The framework reformulates motion and planning queries as multi-step entities -- explicitly adding a temporal dimension to query representations -- enabling fine-grained, timestep-specific interactions with historical information. A FIFO memory queue stores historical multi-step queries, and three history-enhanced modules (perception, motion prediction, and planning) selectively attend to relevant historical context at each timestep. A novel step-level motion-to-planning interaction ensures dynamic consistency between predicted agent behaviors and ego planning.

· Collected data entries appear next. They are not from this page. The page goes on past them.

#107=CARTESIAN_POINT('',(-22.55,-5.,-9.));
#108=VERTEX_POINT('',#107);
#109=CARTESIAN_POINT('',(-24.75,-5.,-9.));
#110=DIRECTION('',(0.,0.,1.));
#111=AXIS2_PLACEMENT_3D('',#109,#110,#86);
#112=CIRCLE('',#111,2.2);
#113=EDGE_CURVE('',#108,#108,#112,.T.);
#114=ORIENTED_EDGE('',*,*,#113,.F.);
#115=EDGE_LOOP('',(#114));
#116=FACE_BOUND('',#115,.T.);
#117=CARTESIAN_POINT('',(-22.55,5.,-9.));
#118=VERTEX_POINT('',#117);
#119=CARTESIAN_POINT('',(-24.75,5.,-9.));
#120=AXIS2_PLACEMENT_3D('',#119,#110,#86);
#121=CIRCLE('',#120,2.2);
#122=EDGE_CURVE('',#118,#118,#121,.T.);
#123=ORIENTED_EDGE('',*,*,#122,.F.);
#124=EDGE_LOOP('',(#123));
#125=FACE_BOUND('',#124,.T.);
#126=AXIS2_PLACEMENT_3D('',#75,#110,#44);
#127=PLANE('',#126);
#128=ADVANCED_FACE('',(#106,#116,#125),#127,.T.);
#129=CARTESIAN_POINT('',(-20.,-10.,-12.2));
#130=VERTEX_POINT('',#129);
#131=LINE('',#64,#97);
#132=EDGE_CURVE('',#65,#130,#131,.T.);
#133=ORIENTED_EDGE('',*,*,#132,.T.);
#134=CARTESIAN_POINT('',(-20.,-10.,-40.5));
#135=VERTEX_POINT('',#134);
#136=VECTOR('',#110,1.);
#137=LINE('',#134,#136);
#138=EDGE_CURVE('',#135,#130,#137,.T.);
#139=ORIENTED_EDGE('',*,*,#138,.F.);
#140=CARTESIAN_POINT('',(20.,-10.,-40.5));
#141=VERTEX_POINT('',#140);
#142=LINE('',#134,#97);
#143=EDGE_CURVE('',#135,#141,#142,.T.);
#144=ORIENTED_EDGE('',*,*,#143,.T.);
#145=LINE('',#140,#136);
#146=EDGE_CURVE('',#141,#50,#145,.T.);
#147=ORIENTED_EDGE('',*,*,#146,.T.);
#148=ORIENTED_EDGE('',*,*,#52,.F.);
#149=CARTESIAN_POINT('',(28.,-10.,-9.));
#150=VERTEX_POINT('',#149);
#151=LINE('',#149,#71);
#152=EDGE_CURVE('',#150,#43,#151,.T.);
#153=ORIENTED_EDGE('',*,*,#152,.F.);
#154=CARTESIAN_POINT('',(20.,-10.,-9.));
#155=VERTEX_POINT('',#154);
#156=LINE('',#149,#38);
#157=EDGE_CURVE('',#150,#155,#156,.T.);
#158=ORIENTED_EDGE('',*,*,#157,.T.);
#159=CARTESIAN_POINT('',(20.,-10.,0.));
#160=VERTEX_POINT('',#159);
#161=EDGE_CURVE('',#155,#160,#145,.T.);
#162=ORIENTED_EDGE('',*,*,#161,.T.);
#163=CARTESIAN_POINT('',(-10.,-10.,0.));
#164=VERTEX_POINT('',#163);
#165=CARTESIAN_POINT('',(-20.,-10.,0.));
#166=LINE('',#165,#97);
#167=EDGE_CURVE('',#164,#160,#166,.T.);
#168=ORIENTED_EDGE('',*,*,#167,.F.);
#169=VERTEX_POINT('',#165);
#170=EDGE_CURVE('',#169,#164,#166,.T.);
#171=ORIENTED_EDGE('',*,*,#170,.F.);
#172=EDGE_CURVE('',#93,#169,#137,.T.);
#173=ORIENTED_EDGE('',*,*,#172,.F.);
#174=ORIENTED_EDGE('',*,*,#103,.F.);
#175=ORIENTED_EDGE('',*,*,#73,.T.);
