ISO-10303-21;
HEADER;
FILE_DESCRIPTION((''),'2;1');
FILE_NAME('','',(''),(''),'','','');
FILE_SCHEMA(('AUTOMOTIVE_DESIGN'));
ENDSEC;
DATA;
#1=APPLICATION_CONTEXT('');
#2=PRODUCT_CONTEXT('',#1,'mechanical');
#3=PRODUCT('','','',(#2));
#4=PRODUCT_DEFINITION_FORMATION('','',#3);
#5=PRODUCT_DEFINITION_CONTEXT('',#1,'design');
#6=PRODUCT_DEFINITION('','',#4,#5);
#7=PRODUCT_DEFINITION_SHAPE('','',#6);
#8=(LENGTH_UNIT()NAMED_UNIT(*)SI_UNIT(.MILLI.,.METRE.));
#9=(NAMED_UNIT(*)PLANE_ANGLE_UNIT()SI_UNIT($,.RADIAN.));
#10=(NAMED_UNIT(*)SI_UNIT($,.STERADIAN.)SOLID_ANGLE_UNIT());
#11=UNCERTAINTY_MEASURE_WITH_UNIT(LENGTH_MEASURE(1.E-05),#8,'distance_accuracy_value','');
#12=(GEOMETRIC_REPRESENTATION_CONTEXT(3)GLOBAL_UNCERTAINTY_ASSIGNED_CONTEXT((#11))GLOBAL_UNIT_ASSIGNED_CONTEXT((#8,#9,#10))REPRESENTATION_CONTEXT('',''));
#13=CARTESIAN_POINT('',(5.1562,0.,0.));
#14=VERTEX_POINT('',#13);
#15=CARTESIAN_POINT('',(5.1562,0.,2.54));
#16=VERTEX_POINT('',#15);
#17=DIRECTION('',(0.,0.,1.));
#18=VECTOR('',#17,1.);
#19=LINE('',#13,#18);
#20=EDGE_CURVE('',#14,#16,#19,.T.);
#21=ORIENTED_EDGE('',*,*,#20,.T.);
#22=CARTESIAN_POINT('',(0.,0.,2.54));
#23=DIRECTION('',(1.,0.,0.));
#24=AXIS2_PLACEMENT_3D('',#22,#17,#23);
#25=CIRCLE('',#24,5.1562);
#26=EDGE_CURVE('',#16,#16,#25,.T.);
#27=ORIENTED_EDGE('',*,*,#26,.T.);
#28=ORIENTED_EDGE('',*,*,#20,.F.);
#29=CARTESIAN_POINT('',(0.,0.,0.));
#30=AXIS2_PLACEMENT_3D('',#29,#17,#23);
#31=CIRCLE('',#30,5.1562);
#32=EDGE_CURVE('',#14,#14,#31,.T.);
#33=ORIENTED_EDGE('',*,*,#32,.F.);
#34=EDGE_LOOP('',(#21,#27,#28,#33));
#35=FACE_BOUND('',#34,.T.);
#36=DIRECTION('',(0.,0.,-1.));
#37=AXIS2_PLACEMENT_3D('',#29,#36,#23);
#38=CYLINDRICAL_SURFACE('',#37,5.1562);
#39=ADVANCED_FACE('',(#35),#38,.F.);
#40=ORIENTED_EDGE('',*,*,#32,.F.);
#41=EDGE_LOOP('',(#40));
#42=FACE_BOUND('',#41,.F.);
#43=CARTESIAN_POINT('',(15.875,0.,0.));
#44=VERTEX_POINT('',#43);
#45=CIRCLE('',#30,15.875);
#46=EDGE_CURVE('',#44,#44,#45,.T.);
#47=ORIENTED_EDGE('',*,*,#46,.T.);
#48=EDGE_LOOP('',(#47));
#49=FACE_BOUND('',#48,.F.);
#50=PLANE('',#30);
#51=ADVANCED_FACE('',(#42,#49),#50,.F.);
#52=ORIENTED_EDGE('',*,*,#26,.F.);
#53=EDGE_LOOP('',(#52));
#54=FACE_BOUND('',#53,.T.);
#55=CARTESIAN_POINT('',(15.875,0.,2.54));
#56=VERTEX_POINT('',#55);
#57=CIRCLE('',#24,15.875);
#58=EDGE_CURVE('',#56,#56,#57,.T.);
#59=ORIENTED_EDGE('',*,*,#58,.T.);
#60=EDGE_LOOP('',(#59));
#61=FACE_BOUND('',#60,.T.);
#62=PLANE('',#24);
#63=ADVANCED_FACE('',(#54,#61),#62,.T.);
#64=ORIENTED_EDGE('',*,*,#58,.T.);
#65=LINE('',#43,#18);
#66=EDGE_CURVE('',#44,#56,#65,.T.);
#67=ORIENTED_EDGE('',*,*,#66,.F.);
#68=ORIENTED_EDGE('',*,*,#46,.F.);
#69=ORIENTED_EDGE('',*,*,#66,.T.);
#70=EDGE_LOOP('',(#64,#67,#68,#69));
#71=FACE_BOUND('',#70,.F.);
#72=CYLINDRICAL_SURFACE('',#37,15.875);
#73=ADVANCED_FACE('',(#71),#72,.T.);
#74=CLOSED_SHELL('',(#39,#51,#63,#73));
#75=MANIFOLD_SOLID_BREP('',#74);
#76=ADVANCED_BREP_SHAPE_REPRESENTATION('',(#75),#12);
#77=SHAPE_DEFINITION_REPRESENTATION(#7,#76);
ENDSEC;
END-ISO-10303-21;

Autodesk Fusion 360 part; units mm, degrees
sketch "Sketch1" plane through (0, 0, 0) normal (0, 0, 1) x (1, 0, 0)
  circle A0 centre (0, 0) radius 15.875
  circle A1 centre (0, 0) radius 6.7437
  dimension "d4" = 31.75
  dimension "d5" = 13.4874
extrude "Extrude2" add sketch "Sketch1" along normal blind 2.54
equation "d4 = adsk_woutdia"
equation "d5 = adsk_windia"
equation "adsk_woutdia = 1.25 in"
equation "adsk_windia = 0.531 in"
equation "adsk_wthick = 0.10 in"
equation "d20 = adsk_wthick"
equation "d41 = adsk_wthick"
properties part number "PW ASME B18.21.1 - 1/2 - BR Steel 100 HV Zinc"

Autodesk Fusion 360 part; units mm, degrees
sketch "Sketch1" plane through (0, 0, 0) normal (0, 0, 1) x (1, 0, 0)
  circle A0 centre (0, 0) radius 15.875
  circle A1 centre (0, 0) radius 5.1562
  dimension "d4" = 31.75
  dimension "d5" = 10.3124
extrude "Extrude2" add sketch "Sketch1" along normal blind 2.54
equation "d4 = adsk_woutdia"
equation "d5 = adsk_windia"
equation "adsk_woutdia = 1.25 in"
equation "adsk_windia = 0.406 in"
equation "adsk_wthick = 0.10 in"
equation "d20 = adsk_wthick"
equation "d41 = adsk_wthick"
properties part number "PW ANSI B18.22.1 - 3/8 - BW Steel 100 HV Plain"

Developed at Fudan University and Eastern Institute of Technology, BridgeAD demonstrates significant improvements in both open-loop and closed-loop settings on nuScenes. Its superior closed-loop collision avoidance performance (1.52 vs SparseDrive's 0.92 NeuroNCAP score without post-processing) suggests the temporal modeling approach produces more consistent, safer planning trajectories.

Key Contributions

Multi-step query formulation: Reformulates motion queries from N_a x M_mot x C to N_a x M_mot x T_mot x C, adding an explicit temporal dimension that enables timestep-specific reasoning about future states
History-enhanced perception: Integrates historical motion predictions into current perception via cross-attention, leveraging past movement knowledge to improve detection and tracking
History-enhanced motion planning: Three interconnected sub-modules refine motion and planning queries using historical context with step-level and mode-level self-attention
Step-level Mot2Plan interaction: Ensures dynamic consistency by having planning queries interact with the highest-probability motion prediction mode at corresponding future timesteps
Strong closed-loop safety: Achieves 1.52 NeuroNCAP score vs SparseDrive's 0.92, demonstrating that fine-grained temporal modeling translates to safer driving

Architecture / Method

BridgeAD comparison with prior methods

BridgeAD architecture

┌────────────────────────────────────────────────────────────────┐
│                    BridgeAD Architecture                        │
├────────────────────────────────────────────────────────────────┤
│                                                                │
│  Multi-View Cameras ──► Image Encoder ──► Image Features       │
│                                                │               │
│  ┌────────────────────────────────┐            │               │
│  │ FIFO Memory Queue (K=3 frames) │            │               │
│  │ Historical multi-step queries  │            │               │
│  └────────────┬───────────────────┘            │               │
│               │                                │               │
│     ┌─────────┼────────────────────────────────┘               │
│     │         │                                                │
│     ▼         ▼                                                │
│  ┌──────────────────────────────────┐                          │
│  │  History-Enhanced Perception      │                          │
│  │  Q_obj + CrossAttn(K,V=Q_m2d)    │  Hist. motion ──►        │
│  │  ──► 3D Detection + Tracking     │  improved detection      │
│  └──────────────┬───────────────────┘                          │
│                 │                                              │
│                 ▼                                              │
│  ┌──────────────────────────────────┐                          │
│  │  History-Enhanced Motion Pred.    │                          │
│  │  Multi-step queries:             │                          │
│  │  N_a x M_mot x T_mot x C         │  ◄── explicit temporal   │
│  │  + Step-level self-attention     │      dimension           │
│  │  + Mode-level self-attention     │                          │
│  └──────────────┬───────────────────┘                          │
│                 │                                              │
│          Best mode ▼ (per timestep)                            │
│  ┌──────────────────────────────────┐                          │
│  │  Step-Level Mot2Plan Interaction  │                          │
│  │  Planning queries attend to       │                          │
│  │  highest-prob motion mode at     │                          │
│  │  corresponding future timestep   │                          │
│  └──────────────┬───────────────────┘                          │
│                 │                                              │
│                 ▼                                              │
│  ┌──────────────────────────────────┐                          │
│  │  History-Enhanced Planning        │                          │
│  │  + Historical planning context   │                          │
│  │  ──► Ego Trajectory              │                          │
│  └──────────────────────────────────┘                          │
└────────────────────────────────────────────────────────────────┘

BridgeAD processes multi-view camera images through an image encoder, then feeds features through history-enhanced perception and motion planning modules. A FIFO memory queue of K frames stores historical multi-step queries for temporal continuity.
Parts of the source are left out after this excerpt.